# Is Freemasonry Behind Flat Earth Theory?



## My Freemasonry (Apr 1, 2018)

This article is one in a series exploring some of the _‘iconic’_ notions of Masonic conspiracy theories.

As a Mason, there’s nothing better than a plausible conspiracy theory. However, one that makes even less sense now than it did a few centuries ago. This conspiracy says that the Earth is flat as a pancake and, for the really dark and mysterious, that it’s been one of the many attempts made by Freemasons to stifle intellectual progress and ignore scientific proof that says otherwise. So, with this in mind, let’s explore the conspiracy that says the Freemasons are behind Flat Earth Theory.

*The Flying Pancake*


Freemasons cooked this one up some time ago. The argument is that, since the Earth is flat, the place we call home is in fact the shape of an average pancake. If you were to fling that pancake across a room, you would be closely replicating the orbit of the Flat Earth which would account for tidal action and all kinds of weird tilting activity on the planet.

A flying flat earth pancake would certainly help to explain why rain and snow sometimes comes down sideways as opposed to straight down.


via GIPHY

*The Ice Edge*


Thanks to the wonderful minds of the wizards of Freemasonry (or is that magicians?), they claim that there is a reason why all of the water in the oceans don’t suddenly fall off the edge of the Flat Earth pancake. That’s because the edge of that pancake is encrusted with ice. The ice is so thick. In fact, that nothing can pass through it and slip off the edges. In other words, the Earth is more or less similar to a raised crust pizza. Just like the thick crust of a pizza keeps your toppings from slopping elsewhere, the crusty ice edge contains all the things on the planet.

*The Solar System*


By the way, wouldn’t you think that if the Flat Earth Pancake/Rising Crust Pizza was spinning through the air that it would eventually smack into another flat planet going the other direction? Well, the Freemasons have thought of an answer for that. Simply, there is no solar system.

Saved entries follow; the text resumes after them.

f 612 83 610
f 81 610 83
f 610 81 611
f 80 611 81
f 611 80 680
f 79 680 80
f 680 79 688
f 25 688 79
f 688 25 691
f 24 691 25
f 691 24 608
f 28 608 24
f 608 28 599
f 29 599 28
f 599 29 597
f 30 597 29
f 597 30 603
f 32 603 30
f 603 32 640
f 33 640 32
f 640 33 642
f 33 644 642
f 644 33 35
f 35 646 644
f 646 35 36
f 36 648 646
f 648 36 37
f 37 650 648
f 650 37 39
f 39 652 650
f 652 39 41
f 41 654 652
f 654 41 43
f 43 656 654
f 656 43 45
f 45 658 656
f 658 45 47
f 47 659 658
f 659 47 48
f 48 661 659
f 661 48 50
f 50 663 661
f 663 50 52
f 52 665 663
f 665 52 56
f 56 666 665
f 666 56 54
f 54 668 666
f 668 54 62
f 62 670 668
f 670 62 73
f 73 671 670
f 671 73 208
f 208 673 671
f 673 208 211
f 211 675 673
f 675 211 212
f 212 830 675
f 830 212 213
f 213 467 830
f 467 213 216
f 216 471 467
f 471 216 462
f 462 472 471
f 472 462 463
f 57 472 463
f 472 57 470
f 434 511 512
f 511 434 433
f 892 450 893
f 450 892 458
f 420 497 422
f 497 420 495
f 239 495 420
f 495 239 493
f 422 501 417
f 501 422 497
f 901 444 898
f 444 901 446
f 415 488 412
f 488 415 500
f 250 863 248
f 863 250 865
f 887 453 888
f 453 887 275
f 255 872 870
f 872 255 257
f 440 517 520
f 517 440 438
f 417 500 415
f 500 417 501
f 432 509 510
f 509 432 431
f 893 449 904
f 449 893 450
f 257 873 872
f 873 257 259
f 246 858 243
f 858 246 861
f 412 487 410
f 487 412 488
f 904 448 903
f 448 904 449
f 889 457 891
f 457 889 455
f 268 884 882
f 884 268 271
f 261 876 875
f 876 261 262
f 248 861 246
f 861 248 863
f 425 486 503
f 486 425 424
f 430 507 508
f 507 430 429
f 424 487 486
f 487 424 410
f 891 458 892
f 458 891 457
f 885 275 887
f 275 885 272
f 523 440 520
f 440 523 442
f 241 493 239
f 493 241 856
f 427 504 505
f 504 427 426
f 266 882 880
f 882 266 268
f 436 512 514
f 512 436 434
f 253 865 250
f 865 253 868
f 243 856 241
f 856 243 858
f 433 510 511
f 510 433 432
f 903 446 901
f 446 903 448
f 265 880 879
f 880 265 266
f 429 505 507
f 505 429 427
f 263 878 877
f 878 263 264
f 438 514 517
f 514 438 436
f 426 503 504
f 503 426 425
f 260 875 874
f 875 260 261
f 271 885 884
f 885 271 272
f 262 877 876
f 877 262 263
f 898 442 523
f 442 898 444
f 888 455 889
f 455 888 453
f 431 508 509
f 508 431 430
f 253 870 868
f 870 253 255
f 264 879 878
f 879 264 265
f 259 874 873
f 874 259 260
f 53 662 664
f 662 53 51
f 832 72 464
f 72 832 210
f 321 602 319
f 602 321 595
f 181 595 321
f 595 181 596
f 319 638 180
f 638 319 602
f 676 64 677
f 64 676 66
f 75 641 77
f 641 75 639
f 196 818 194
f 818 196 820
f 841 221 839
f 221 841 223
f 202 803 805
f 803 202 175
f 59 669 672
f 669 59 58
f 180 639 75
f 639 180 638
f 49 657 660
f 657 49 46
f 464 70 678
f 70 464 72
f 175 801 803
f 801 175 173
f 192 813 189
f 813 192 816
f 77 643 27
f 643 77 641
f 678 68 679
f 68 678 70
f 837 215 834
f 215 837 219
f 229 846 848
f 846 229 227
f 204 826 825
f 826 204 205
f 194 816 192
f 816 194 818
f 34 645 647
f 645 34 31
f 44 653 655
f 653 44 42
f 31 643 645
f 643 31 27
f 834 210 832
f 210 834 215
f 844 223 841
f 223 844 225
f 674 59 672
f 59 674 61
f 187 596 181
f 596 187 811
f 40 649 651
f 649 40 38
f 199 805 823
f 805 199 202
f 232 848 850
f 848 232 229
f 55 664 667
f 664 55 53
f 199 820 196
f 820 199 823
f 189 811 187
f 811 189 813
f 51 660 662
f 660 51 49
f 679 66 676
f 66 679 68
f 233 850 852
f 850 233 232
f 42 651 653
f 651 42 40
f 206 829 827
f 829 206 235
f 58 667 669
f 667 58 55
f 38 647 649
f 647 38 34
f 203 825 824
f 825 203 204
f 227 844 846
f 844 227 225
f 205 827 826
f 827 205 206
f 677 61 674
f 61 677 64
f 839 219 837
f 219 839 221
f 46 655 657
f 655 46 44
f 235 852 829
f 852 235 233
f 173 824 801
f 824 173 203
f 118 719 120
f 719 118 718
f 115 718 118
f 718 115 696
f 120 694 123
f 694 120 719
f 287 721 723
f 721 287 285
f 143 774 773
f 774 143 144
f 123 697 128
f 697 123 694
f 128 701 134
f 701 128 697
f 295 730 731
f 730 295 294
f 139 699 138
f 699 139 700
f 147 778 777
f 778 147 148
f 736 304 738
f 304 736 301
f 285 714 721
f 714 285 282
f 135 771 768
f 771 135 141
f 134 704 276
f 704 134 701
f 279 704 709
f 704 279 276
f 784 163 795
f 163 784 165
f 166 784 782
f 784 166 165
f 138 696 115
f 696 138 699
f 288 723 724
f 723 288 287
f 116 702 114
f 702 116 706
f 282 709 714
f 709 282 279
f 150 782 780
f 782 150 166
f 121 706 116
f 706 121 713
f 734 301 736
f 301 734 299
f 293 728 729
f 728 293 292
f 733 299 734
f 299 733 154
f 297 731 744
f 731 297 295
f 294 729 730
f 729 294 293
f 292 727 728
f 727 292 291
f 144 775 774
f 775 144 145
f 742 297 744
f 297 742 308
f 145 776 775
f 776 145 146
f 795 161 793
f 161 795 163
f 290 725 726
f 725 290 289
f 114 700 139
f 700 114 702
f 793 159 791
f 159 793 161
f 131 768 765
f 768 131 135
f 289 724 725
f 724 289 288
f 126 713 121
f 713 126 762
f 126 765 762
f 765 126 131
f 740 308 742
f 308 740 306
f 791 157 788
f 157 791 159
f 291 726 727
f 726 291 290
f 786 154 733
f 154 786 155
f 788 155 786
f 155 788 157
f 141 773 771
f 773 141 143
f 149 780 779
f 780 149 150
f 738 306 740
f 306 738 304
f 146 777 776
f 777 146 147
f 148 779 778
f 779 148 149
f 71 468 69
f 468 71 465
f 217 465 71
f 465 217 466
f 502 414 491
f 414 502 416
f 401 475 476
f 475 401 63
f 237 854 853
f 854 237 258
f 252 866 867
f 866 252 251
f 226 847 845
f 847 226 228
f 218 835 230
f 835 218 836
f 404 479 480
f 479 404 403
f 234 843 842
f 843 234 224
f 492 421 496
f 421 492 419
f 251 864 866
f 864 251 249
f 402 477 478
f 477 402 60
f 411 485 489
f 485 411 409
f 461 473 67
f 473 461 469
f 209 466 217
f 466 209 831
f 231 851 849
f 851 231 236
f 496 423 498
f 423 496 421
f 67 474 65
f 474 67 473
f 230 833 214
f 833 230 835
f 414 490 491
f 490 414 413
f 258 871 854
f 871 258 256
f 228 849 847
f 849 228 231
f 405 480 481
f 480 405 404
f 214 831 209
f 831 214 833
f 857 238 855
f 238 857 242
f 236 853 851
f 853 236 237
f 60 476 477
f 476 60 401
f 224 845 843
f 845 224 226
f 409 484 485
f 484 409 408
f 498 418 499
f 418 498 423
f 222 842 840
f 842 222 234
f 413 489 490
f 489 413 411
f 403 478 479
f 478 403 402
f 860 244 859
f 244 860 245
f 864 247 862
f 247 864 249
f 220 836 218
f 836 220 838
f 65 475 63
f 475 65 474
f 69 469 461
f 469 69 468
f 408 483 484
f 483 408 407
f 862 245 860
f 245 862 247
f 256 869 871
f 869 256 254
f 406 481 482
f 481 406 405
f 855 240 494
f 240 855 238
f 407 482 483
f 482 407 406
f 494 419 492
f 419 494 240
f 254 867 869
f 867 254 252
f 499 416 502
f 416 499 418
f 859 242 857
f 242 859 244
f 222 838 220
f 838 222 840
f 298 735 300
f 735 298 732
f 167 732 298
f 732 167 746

We are the only pancake/pizza planet floating, or spinning, through the universe. In fact, we really aren’t spinning, rather we are, more or less, hovering around a section of space that is just big enough for our flat planet to exist in.






Did Hieronymus Bosch know know something about the Flat Earth when he painted The Garden of Earthly Delights tryptic exterior?

*Hollywood Science Fiction Is Fake*


Spoiler Alert! Movies produced in Hollywood that hint at anything related to life outside of the tiny atmosphere our flat pancake/rising crust Earth is hovering inside is straight up bunk. We know this because Freemasons created the sci-fi genre to entertain the masses and to make us all feel insignificant in a ginormous universe that does not exist outside of the imagination of Hollywood. The same goes for the small screen, too. Star Trek is a fine example. Why was it that each ‘foreign’ land that the Enterprise explored had gravity, people who resembled humans — most of whom could speak and understand English and oddly enough looked like an Earth landscape? Simple. Because none of it is real.

*NASA is in On It*


It really doesn’t take a rocket scientist to see through this one (pun intended). All the work put into creating the fake solar system and the equally fake landings on the Moon and other space exploration is part of the façade.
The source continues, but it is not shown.